We’re not spending a lot to pay for difficult work like nursing care, that much has been established beyond doubt. Stressful work and low wages is a difficult combination to overcome during a questionably down-turning economy, but that, according to one group, is what we’re facing in our fight to protect the rights of our growing geriatric population.

They say our elderly citizens who require nursing care need qualified caretakers. Yet, it takes money to find someone who knows how to care for seniors and to be able to pay them, and the entire industry is scrambling for the almighty dollar that it takes to do so.

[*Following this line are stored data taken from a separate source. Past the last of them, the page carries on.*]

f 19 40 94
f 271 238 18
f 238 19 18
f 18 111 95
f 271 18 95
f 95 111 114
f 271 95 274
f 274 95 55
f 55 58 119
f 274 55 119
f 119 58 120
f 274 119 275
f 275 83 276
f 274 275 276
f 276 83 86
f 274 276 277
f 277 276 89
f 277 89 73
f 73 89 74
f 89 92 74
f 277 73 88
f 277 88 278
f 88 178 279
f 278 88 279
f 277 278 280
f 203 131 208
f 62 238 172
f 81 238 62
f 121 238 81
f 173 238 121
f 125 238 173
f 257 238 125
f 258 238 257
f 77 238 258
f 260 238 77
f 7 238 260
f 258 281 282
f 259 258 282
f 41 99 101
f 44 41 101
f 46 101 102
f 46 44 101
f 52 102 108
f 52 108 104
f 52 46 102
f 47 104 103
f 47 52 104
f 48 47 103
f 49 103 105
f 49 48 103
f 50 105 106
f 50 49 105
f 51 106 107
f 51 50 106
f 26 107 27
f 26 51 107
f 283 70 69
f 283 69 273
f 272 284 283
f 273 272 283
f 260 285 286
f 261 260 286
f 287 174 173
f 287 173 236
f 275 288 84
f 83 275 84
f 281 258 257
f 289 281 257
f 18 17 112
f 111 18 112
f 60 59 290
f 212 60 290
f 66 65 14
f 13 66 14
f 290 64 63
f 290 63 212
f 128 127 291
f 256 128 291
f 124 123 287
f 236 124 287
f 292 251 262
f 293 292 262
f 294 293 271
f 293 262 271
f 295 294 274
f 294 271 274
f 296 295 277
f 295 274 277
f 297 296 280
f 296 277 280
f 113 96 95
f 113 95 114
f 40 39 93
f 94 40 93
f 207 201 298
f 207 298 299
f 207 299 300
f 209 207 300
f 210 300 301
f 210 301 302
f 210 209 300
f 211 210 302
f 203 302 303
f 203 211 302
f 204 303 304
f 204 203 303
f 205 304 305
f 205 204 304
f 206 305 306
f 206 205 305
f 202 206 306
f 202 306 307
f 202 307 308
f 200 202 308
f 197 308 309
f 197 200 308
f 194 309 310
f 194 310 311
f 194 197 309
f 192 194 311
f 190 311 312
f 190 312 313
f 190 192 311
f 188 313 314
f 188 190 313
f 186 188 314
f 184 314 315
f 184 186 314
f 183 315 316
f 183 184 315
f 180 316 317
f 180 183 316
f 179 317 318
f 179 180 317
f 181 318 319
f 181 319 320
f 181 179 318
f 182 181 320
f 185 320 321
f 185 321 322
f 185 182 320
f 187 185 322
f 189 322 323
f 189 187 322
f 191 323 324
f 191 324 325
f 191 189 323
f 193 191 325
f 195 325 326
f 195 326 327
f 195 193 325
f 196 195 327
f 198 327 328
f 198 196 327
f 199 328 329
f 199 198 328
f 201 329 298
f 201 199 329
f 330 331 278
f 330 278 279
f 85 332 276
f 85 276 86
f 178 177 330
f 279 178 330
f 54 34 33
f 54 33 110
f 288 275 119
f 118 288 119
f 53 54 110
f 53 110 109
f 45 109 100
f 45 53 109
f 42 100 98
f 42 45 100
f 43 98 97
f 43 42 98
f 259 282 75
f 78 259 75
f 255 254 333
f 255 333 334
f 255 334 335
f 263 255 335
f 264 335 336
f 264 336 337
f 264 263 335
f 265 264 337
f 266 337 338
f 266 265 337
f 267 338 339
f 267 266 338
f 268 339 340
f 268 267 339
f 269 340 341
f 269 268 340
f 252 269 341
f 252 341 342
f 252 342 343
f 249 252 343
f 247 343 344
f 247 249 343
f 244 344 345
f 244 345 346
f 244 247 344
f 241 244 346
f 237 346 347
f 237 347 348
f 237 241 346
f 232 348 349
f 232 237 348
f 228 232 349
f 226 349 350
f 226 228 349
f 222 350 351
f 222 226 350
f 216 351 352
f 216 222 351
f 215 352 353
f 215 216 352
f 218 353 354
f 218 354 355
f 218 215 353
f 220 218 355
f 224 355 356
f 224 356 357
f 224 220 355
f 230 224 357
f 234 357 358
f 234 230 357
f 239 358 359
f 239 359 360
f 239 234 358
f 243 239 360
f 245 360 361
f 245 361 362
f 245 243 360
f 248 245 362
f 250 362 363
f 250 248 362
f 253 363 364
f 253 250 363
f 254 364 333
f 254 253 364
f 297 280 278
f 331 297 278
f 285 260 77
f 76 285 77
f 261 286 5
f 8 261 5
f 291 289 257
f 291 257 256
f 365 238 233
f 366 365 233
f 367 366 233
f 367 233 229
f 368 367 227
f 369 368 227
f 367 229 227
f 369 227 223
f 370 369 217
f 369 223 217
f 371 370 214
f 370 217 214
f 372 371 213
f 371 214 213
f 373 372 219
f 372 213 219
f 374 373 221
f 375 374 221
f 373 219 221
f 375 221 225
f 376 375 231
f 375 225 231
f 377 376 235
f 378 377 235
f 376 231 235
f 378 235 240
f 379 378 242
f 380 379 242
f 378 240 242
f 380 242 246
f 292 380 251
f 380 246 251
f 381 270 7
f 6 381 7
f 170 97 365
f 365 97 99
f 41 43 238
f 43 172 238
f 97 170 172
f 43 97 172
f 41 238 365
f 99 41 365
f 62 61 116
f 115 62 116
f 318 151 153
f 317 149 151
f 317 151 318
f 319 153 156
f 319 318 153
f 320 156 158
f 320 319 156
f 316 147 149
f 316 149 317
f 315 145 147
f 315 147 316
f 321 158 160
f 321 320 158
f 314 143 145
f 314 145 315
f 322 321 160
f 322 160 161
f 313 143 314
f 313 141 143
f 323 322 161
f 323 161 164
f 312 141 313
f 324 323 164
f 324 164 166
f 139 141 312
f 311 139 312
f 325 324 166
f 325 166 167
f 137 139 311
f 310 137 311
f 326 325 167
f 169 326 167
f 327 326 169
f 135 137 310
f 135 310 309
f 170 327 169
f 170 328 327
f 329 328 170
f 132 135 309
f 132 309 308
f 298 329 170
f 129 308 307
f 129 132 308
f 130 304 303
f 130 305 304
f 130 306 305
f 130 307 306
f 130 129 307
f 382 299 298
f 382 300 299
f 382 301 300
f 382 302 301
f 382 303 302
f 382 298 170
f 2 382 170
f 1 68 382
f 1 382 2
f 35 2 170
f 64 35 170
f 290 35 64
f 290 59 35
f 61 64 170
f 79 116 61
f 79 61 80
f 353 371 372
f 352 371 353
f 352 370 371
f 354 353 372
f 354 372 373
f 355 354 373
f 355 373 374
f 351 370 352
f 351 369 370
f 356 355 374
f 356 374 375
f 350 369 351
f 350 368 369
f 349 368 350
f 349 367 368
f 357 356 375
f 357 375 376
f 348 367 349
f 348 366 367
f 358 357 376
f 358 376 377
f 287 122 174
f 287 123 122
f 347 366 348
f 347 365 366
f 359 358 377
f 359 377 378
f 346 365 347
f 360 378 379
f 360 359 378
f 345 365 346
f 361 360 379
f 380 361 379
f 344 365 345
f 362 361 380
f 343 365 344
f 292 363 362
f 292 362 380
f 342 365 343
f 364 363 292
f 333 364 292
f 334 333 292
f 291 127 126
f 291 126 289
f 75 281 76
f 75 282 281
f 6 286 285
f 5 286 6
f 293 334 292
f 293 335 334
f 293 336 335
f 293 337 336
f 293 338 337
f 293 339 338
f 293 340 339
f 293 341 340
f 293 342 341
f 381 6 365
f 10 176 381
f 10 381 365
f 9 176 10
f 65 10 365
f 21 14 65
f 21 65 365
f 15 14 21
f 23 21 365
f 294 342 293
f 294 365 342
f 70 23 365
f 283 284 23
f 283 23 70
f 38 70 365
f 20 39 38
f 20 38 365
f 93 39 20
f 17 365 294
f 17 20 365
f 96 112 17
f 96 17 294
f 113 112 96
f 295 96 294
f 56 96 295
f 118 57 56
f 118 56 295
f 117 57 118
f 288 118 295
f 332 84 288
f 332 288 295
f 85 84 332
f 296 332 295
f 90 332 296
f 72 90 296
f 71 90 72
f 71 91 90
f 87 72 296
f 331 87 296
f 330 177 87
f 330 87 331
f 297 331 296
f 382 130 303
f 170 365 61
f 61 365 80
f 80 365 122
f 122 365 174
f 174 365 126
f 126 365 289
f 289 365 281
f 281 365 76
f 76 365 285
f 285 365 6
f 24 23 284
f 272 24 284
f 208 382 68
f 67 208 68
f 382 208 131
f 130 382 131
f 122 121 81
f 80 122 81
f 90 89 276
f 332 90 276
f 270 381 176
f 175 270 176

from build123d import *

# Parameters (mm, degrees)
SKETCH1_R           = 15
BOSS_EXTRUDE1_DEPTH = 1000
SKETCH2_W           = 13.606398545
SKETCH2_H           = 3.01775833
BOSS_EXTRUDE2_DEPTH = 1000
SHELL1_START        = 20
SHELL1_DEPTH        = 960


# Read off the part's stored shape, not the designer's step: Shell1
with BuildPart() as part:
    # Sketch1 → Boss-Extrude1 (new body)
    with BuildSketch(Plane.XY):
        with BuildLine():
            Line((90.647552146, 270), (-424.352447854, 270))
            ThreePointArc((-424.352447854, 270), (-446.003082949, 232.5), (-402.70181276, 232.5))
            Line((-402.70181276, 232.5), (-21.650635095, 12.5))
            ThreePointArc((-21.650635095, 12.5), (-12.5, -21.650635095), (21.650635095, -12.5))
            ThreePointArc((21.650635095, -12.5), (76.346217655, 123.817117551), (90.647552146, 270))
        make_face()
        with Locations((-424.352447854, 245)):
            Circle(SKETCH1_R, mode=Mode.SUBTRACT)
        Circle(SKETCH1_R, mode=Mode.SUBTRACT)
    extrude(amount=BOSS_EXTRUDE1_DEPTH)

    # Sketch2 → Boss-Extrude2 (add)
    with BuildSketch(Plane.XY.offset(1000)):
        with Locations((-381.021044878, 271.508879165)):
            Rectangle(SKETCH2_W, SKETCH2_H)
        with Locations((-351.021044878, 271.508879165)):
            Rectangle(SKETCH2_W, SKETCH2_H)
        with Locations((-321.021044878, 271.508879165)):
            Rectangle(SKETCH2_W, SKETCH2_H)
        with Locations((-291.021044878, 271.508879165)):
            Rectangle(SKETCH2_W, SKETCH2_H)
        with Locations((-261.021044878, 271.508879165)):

Latest available state data indicates CNAs are undervalued in the industry. Certified nursing assistants in California made an average of $13.96 per hour in 2016. That’s just a few dollars above the minimum wage and less than what some retailers pay sales clerks, who don’t need to spend the money or time getting licensed to work.

In a July 13, 2018 article for the Los Angeles Times, Ethan Millman describes how elderly healthcare matters in California have become hostage to this nursing home drama which is attributed to new state legislation that went into effect in July that puts even more “pressure on the state’s 1,000-plus nursing homes”, Millman writes, “which some in the industry say could be forced to turn away or even discharge patients as a result.”

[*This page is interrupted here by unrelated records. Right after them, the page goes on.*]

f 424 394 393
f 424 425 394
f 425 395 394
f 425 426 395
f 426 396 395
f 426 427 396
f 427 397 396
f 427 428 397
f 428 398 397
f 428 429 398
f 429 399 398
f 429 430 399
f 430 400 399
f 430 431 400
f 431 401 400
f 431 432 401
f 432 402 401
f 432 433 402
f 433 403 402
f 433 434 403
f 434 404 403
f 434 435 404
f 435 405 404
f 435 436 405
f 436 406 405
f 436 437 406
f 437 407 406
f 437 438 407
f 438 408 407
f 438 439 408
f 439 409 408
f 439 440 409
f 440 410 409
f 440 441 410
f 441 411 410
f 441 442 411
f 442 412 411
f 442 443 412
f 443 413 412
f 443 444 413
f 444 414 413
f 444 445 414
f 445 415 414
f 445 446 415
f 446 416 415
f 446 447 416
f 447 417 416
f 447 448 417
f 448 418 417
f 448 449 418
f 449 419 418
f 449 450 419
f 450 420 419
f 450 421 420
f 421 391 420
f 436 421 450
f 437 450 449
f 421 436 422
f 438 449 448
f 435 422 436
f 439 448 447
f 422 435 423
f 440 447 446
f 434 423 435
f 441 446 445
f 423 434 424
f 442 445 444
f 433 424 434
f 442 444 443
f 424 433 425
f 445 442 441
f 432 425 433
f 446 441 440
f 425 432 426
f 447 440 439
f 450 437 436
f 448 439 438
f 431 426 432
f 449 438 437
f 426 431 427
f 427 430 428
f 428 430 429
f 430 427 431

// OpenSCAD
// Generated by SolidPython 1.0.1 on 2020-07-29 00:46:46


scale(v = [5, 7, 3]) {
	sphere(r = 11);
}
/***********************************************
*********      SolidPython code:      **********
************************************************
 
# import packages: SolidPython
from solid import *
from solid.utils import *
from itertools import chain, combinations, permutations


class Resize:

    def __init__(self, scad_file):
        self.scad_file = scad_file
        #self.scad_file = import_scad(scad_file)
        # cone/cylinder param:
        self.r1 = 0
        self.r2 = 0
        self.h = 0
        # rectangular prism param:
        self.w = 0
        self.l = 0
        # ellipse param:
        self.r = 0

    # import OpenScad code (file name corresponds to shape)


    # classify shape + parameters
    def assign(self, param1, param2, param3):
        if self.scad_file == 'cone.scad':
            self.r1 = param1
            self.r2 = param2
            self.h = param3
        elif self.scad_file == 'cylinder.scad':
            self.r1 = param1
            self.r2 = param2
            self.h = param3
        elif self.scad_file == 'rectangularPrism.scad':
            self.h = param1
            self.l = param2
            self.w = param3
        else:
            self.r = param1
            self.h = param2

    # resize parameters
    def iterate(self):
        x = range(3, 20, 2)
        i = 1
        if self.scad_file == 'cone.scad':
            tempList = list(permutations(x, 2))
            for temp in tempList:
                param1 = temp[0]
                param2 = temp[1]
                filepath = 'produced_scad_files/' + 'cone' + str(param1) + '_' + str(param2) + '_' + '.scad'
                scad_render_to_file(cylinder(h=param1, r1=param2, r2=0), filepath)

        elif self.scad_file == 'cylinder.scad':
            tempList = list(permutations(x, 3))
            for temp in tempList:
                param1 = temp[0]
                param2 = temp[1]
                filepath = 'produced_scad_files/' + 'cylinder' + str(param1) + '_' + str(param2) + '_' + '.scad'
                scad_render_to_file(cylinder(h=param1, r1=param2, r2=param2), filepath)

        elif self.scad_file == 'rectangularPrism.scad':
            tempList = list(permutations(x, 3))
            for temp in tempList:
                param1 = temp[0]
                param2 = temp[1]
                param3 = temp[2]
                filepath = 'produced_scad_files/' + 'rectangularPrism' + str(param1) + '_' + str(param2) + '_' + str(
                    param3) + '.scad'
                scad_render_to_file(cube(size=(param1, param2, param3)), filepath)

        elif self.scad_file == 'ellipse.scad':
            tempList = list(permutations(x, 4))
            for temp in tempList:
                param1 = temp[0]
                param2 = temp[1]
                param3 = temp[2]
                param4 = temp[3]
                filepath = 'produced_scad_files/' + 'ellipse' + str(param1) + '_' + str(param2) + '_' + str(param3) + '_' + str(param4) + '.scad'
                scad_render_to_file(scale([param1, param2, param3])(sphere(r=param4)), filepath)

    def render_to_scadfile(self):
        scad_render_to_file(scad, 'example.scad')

ARE YOU KIDDING ME? OR IS THIS A BLUFF BY THOSE WHO RUN PRIVATE NURSING HOMES?

The new law tightened staffing requirements for direct caregivers and added new ones specifically for certified nursing assistants. Millman cites the new legislation as being championed by organized labor and patient advocates.

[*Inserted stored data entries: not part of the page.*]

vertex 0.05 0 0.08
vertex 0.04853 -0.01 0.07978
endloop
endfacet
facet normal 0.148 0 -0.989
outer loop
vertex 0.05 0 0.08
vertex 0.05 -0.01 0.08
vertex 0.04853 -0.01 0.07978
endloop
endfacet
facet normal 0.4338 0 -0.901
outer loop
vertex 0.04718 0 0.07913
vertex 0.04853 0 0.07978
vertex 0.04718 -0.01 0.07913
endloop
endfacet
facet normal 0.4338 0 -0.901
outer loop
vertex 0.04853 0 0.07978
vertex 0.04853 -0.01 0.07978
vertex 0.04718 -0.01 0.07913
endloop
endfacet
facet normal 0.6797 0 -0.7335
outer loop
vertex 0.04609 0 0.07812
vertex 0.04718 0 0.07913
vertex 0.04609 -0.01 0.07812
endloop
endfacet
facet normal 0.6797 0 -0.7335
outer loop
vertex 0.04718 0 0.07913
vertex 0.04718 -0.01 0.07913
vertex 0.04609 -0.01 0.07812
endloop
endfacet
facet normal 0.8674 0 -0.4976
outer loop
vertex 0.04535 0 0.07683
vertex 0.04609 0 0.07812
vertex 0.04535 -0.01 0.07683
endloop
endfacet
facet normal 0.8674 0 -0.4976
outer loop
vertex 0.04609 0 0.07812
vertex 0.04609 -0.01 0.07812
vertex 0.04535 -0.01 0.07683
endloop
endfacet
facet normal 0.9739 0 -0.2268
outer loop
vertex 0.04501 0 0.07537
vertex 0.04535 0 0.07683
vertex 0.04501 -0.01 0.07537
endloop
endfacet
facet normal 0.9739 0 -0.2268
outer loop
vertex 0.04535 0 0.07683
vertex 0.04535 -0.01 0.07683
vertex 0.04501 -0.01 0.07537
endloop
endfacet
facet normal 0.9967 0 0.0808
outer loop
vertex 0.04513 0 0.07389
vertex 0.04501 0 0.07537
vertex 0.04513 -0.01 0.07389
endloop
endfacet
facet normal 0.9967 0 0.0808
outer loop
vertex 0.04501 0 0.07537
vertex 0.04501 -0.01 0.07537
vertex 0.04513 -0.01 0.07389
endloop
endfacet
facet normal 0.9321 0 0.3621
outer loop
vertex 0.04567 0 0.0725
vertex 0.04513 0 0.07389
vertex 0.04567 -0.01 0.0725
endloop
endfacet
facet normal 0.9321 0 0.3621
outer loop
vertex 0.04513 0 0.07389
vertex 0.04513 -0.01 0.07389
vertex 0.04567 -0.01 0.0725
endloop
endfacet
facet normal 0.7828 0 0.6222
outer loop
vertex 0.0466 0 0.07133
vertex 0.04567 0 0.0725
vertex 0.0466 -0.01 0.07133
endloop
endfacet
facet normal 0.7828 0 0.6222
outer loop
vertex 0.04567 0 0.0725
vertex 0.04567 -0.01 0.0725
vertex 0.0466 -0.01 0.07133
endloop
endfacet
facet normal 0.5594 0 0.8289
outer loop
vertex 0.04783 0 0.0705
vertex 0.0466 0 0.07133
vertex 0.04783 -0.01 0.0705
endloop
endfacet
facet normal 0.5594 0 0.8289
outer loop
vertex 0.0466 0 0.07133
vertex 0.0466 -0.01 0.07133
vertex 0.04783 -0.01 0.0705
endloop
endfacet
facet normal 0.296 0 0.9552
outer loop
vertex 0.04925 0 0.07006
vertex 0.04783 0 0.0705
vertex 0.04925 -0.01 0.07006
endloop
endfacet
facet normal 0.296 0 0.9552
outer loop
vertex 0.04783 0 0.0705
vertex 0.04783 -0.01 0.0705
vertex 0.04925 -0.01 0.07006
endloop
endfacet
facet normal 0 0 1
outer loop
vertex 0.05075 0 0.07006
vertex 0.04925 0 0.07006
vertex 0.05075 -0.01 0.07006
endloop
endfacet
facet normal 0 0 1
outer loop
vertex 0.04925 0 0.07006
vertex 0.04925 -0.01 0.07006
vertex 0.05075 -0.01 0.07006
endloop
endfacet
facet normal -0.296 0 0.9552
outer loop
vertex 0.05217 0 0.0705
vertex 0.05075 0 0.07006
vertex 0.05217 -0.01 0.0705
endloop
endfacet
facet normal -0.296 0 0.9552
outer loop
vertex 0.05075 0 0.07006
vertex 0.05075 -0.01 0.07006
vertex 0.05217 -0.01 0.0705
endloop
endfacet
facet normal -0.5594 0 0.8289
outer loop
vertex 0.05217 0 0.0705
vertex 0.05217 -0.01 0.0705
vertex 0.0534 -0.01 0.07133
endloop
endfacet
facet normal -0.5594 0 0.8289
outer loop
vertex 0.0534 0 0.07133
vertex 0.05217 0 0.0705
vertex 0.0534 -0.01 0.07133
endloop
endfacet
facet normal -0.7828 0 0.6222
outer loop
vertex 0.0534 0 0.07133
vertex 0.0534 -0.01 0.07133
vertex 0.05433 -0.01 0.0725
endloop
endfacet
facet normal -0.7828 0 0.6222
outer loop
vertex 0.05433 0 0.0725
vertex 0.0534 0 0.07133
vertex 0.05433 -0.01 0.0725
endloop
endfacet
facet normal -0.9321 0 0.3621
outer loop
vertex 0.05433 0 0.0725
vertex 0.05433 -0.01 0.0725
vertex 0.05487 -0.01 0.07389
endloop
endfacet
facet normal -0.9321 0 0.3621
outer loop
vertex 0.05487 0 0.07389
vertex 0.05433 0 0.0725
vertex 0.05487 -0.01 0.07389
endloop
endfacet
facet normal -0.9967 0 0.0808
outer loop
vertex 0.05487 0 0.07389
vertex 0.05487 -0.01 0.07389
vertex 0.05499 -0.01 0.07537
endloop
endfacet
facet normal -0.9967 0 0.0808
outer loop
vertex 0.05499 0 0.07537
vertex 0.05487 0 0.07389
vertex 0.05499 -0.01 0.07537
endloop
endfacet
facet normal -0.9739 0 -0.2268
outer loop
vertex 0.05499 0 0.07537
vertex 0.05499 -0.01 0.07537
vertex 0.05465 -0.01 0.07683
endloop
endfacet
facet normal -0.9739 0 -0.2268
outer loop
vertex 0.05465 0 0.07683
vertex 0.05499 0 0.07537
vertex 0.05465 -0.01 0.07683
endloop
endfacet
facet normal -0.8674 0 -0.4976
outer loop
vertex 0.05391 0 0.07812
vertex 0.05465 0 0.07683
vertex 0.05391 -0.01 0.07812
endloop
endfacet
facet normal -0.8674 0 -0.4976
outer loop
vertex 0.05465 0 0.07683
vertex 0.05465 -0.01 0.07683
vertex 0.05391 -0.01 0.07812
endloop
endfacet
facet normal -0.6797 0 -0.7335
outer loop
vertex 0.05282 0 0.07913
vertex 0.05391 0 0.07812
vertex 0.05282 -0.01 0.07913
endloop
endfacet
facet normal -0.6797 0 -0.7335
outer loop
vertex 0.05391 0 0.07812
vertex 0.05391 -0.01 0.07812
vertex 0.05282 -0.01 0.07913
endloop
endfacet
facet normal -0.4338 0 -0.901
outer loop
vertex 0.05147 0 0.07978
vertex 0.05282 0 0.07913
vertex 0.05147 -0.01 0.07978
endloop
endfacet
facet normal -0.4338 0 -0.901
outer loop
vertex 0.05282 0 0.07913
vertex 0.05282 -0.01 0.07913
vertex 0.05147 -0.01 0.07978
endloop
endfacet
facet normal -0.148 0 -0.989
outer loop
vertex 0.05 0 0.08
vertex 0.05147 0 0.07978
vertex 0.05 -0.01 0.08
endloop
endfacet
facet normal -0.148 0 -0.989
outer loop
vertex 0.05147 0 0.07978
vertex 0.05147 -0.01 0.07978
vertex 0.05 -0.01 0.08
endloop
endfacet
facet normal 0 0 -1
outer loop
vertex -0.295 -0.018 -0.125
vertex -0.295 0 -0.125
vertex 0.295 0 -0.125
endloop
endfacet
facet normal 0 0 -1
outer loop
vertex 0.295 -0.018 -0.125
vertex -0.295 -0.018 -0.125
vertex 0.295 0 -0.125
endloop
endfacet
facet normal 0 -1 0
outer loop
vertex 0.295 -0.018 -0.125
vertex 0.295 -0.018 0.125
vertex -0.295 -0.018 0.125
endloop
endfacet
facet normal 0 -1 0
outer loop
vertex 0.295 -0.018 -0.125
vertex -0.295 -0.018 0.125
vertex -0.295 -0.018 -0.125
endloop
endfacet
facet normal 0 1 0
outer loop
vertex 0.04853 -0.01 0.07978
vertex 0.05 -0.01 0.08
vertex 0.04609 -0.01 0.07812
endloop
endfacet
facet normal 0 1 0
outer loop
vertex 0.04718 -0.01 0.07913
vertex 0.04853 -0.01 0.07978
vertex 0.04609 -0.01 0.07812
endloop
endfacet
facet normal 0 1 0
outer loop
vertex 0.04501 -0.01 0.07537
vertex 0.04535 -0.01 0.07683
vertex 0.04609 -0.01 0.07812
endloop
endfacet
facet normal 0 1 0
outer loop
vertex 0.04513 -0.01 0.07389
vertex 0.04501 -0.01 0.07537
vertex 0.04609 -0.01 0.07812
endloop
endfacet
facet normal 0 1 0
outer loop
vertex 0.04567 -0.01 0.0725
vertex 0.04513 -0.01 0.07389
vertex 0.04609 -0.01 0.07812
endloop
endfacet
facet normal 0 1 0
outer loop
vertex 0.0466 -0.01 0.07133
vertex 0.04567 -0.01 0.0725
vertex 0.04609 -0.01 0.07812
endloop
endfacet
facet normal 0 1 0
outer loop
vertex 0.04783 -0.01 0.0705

Under that scenario, we’d have the union representing nursing assistants, which pushed for the law, acknowledging that nursing homes face a challenge, but saying there is an overriding health-and-safety issue behind the new legislation. “There must be enough direct care staff to meet the quality care needs of nursing home residents and ensure a healthy workload for every caregiver,” Millman quotes an unnamed SEIU representative as saying.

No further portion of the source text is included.